Ponzi Scheme Madoff Recovery Maze
The lower interest rate environment is revealing a soft underbelly of Investment Scams and Ponzi Schemes. What many of these schemes have in common is the breach of trust, and victims “holding the bag”. In some cases, a partial recovery of the investment may be possible against a licensed investment professional. In others, a small benefit may be obtained by obtaining a “theft loss” available through Section 165 (c) (2) of the Internal Revenue Code.
FINRA Arbitration recoveries against brokerage firms may be possible if arbitration panels believe that a continuing fraud occurred to allow some older claims to proceed to hearing. The nature of many Ponzi Schemes is such that are not detectable by the victims or regulators until many years after they begin. Another curve in the Maze is that the “theft loss” provision has many technical requirements which may limit the recovery available by the “theft loss” provision.
The best course of action may be for the tax preparer to take this information to a tax attorney. An experienced attorney can help determine if the legal requirement of a “theft” has occurred. Whether a loss constitutes a “theft loss” is often determined by examining the law of the state where the alleged theft occurred.
Further, the attorney can help determine whether there was actual fraud with the necessary element of “scienter” which is “intent”. Thus, to claim a theft loss, the taxpayer must prove that the loss resulted from a taking of property that is illegal under the law of the state where it occurred and that the taking was done with intent.

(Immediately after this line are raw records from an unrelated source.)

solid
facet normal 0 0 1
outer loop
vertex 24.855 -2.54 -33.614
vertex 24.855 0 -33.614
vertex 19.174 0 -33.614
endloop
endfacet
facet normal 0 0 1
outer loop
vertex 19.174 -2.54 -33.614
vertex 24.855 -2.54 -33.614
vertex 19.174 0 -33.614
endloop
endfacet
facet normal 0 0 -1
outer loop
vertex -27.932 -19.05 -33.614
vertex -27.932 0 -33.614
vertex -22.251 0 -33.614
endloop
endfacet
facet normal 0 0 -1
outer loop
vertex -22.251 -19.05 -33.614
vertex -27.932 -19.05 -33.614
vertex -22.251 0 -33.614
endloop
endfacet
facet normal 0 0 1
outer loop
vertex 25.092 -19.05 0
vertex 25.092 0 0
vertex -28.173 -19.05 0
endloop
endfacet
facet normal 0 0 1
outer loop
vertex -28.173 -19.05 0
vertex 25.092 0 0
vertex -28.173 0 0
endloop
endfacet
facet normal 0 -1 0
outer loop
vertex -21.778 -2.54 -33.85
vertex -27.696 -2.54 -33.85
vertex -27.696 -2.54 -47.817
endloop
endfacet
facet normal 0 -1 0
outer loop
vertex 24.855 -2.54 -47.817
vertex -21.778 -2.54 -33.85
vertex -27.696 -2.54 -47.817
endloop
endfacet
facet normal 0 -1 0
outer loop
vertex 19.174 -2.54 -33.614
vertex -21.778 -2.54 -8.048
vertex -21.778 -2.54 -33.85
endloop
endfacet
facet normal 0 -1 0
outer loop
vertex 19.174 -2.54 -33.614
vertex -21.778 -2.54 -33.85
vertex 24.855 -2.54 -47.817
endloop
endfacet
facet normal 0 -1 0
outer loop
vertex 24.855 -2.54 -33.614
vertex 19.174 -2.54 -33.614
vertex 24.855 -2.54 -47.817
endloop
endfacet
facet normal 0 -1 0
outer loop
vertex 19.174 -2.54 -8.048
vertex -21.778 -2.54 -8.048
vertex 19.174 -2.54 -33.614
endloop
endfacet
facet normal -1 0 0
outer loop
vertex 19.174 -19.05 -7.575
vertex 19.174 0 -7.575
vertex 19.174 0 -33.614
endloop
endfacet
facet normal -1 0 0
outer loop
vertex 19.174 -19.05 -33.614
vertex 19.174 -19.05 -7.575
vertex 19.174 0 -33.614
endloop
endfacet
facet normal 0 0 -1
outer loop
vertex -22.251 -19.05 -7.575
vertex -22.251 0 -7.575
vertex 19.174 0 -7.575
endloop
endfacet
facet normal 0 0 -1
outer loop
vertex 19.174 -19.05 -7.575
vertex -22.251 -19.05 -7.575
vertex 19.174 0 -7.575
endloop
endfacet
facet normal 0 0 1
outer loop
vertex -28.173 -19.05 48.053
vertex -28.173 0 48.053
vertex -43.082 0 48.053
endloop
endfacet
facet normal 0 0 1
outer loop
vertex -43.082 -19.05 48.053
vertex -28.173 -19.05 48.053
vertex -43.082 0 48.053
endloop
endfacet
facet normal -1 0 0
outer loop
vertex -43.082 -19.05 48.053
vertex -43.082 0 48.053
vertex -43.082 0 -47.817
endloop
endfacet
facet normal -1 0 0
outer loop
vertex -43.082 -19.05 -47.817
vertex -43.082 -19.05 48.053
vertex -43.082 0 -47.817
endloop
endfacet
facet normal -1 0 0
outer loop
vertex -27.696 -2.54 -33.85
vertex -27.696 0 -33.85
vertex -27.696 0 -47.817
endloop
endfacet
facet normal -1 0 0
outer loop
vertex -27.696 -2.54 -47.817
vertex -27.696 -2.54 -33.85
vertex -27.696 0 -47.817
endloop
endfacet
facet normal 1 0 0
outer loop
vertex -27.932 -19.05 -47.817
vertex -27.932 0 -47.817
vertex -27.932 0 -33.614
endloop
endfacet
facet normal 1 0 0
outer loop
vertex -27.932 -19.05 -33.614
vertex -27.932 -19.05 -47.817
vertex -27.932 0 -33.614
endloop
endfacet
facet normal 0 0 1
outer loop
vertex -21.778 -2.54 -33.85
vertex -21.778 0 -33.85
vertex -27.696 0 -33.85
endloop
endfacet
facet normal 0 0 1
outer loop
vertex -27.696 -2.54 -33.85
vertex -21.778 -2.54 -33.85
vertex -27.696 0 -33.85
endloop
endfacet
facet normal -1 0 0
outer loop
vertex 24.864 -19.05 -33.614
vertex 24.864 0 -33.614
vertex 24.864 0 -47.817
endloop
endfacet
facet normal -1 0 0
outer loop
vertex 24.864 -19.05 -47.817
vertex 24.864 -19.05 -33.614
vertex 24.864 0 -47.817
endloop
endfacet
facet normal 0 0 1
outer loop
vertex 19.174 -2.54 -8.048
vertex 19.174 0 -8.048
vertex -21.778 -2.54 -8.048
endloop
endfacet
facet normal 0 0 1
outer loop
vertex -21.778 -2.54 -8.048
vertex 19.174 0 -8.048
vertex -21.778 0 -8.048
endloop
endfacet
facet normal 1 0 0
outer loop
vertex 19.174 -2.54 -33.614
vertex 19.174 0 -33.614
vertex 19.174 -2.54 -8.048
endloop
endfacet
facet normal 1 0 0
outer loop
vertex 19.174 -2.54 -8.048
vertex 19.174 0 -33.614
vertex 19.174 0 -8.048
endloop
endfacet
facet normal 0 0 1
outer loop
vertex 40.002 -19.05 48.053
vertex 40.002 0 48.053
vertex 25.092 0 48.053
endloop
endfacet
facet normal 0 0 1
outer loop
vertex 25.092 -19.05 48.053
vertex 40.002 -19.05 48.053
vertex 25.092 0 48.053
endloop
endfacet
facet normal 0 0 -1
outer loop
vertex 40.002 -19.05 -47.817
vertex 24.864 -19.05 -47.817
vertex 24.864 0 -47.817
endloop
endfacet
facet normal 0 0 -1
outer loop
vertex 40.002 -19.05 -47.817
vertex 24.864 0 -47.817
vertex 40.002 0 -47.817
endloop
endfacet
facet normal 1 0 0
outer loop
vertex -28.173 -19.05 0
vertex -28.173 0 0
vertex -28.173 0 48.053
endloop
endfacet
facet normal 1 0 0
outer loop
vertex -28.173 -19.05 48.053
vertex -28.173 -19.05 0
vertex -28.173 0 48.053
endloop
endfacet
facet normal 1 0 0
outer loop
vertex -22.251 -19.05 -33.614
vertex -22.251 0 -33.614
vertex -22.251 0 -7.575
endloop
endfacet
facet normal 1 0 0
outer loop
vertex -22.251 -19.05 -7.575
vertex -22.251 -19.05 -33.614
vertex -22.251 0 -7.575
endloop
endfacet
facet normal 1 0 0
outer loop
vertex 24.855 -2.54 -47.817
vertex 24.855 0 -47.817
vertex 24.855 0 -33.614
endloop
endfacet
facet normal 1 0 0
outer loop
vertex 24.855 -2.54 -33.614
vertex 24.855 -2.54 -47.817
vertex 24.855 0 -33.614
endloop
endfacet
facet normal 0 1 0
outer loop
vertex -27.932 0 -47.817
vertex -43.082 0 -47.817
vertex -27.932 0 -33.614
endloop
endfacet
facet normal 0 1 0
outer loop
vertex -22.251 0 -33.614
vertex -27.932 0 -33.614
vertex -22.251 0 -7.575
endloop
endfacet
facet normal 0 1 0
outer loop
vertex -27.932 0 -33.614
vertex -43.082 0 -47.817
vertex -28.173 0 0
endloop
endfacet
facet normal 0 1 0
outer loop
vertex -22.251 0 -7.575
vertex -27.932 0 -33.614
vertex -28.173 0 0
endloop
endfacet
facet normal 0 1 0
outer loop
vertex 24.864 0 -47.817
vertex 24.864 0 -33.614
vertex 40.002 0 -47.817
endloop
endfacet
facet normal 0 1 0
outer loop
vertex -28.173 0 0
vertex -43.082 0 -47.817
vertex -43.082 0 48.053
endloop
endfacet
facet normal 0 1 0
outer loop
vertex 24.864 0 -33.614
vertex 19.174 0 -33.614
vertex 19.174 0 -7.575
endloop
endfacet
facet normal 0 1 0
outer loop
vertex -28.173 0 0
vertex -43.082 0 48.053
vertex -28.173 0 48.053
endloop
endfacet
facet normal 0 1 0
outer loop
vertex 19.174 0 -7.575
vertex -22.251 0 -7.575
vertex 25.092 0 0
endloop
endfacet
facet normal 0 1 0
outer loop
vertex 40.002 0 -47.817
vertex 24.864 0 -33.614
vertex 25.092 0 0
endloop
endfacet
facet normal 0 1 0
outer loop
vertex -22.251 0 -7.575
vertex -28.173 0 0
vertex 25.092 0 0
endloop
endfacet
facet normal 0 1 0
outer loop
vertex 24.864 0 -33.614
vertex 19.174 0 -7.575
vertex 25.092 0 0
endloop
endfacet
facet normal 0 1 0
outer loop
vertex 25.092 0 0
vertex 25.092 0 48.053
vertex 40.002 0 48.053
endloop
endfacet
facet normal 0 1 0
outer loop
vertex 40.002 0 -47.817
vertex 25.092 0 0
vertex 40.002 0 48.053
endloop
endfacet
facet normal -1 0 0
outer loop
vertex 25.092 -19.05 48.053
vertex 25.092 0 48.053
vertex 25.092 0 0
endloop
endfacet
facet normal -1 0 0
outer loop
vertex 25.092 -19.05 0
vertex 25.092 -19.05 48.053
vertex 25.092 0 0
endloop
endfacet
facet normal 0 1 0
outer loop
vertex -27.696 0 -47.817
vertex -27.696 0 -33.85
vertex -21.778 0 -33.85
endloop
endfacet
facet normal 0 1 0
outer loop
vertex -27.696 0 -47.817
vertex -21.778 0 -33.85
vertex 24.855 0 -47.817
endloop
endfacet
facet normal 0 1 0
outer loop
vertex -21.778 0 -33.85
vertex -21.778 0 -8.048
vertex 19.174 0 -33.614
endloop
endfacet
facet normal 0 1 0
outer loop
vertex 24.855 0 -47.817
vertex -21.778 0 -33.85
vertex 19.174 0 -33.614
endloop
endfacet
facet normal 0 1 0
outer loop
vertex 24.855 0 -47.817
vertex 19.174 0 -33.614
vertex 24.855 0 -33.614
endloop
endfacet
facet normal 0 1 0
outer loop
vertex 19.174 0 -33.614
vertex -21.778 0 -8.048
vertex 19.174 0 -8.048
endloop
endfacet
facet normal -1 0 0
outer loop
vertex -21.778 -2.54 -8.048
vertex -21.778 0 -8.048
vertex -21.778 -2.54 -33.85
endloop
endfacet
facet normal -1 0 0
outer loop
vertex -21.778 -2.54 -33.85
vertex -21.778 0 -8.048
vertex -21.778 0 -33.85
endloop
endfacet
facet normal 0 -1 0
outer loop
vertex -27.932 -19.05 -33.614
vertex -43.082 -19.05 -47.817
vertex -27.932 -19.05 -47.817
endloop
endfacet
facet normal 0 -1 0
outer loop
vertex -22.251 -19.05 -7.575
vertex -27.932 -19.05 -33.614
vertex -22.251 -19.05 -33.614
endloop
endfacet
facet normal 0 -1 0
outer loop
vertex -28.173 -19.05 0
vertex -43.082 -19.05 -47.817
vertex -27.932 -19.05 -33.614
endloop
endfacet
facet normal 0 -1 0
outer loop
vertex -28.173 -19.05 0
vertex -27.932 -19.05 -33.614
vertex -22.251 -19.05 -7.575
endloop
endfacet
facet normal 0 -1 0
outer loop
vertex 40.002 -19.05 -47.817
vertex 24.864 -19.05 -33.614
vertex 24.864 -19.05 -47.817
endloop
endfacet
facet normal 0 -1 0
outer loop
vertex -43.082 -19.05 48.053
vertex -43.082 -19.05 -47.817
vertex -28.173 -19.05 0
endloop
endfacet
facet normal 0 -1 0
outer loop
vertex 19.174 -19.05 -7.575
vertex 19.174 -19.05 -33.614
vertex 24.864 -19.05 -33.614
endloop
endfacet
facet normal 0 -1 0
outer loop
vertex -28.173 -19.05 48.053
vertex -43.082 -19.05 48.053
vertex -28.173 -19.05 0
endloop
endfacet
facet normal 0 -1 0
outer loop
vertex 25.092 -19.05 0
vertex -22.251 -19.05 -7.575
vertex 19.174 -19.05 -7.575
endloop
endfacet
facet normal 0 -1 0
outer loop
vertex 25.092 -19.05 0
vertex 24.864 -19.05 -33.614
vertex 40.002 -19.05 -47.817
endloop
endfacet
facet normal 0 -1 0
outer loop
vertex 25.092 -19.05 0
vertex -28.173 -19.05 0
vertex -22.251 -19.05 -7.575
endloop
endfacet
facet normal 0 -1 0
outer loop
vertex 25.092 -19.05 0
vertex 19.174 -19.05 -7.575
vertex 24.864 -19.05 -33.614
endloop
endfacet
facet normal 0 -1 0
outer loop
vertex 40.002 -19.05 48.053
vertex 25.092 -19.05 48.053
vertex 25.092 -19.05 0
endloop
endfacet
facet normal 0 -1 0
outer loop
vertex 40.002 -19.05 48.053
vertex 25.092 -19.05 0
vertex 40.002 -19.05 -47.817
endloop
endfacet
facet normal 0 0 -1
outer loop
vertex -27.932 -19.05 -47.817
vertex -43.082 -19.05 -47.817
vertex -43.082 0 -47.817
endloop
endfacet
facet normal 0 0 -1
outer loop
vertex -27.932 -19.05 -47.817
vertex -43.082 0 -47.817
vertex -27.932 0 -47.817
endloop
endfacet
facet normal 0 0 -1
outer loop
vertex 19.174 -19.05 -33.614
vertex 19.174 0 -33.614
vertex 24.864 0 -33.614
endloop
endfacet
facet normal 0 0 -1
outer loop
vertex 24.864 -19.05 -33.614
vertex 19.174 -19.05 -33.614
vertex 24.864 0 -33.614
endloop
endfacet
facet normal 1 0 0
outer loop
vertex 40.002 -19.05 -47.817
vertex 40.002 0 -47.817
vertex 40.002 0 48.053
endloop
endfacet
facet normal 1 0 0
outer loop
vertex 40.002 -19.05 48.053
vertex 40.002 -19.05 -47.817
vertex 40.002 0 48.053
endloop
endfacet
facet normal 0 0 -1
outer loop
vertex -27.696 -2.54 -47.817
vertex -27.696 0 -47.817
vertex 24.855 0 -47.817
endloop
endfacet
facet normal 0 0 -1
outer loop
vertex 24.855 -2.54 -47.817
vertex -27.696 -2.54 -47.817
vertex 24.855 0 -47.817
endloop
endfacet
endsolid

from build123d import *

# Parameters (mm, degrees)
F1_DEPTH = 19.05
F3_DEPTH = 2.54


with BuildPart() as f1:
    # F0 (on Front) → F1 (new body)
    with BuildSketch(Plane.XZ):
        Polygon((-28.172508, 48.053343), (-43.082308, 48.053343), (-43.082308, -47.816627), (-27.932484, -47.816627), (-27.932484, -33.613667), (-22.251301, -33.613667), (-22.251301, -7.574911), (19.173995, -7.574911), (19.173995, -33.613667), (24.863595, -33.613667), (24.863595, -47.816627), (40.001995, -47.816627), (40.001995, 48.053343), (25.091892, 48.053343), (25.091892, 0), (-28.172508, 0), align=None)
    extrude(amount=F1_DEPTH)


with BuildPart() as f3:
    # F2 (on Front) → F3 (new body)
    with BuildSketch(Plane.XZ):
        Polygon((-27.695769, -33.850387), (-27.695769, -47.816627), (24.855178, -47.816627), (24.855178, -33.613667), (19.173995, -33.613667), (19.173995, -8.048343), (-21.77787, -8.048343), (-21.77787, -33.850387), align=None)
    extrude(amount=F3_DEPTH)


solid = Compound([f1.part, f3.part])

The investor must have bought the investment directly from a seller that committed fraud under local law. This leads to a requirement of “reliance” that the investor relied on the fraudulent information when parting with their property. The Courts have consistently disallowed theft loss deductions relating to a decline in the value of the stock that was attributable to corporate officers misrepresenting the financial condition of the corporation, even when the officers were indicted for securities fraud or other criminal violations.
Some claim that the Securities Investor Protection Corporation (SIPC) provides investors who have been defrauded with some protection. However, others believe SIPC should be called the “Securities Investor Persecution Corp.” and that the government corporation operates “like a big insurance company, wanting to pay out as few as claims as possible.”
These advocates point to its payments of only about $400,000 to only nine investors out of more than 3,000 who applied for reimbursement when boiler room brokerage firm Stratton Oakmont, made famous by ‘The Wolf of Wall Street’, was shut down by regulators.
SIPC which controls assets totaling more than $1.2 billion interprets the law far too narrowly with the goal of not paying claims. They’ve created internal rules that may never have been intended by Congress, rules which make it too difficult for most investors to be able to obtain restitution of their funds.
But, with so many fat-cats being victims of the Madoff and other scams, there may actually be hope for some recovery to those victims who make it through the Maze.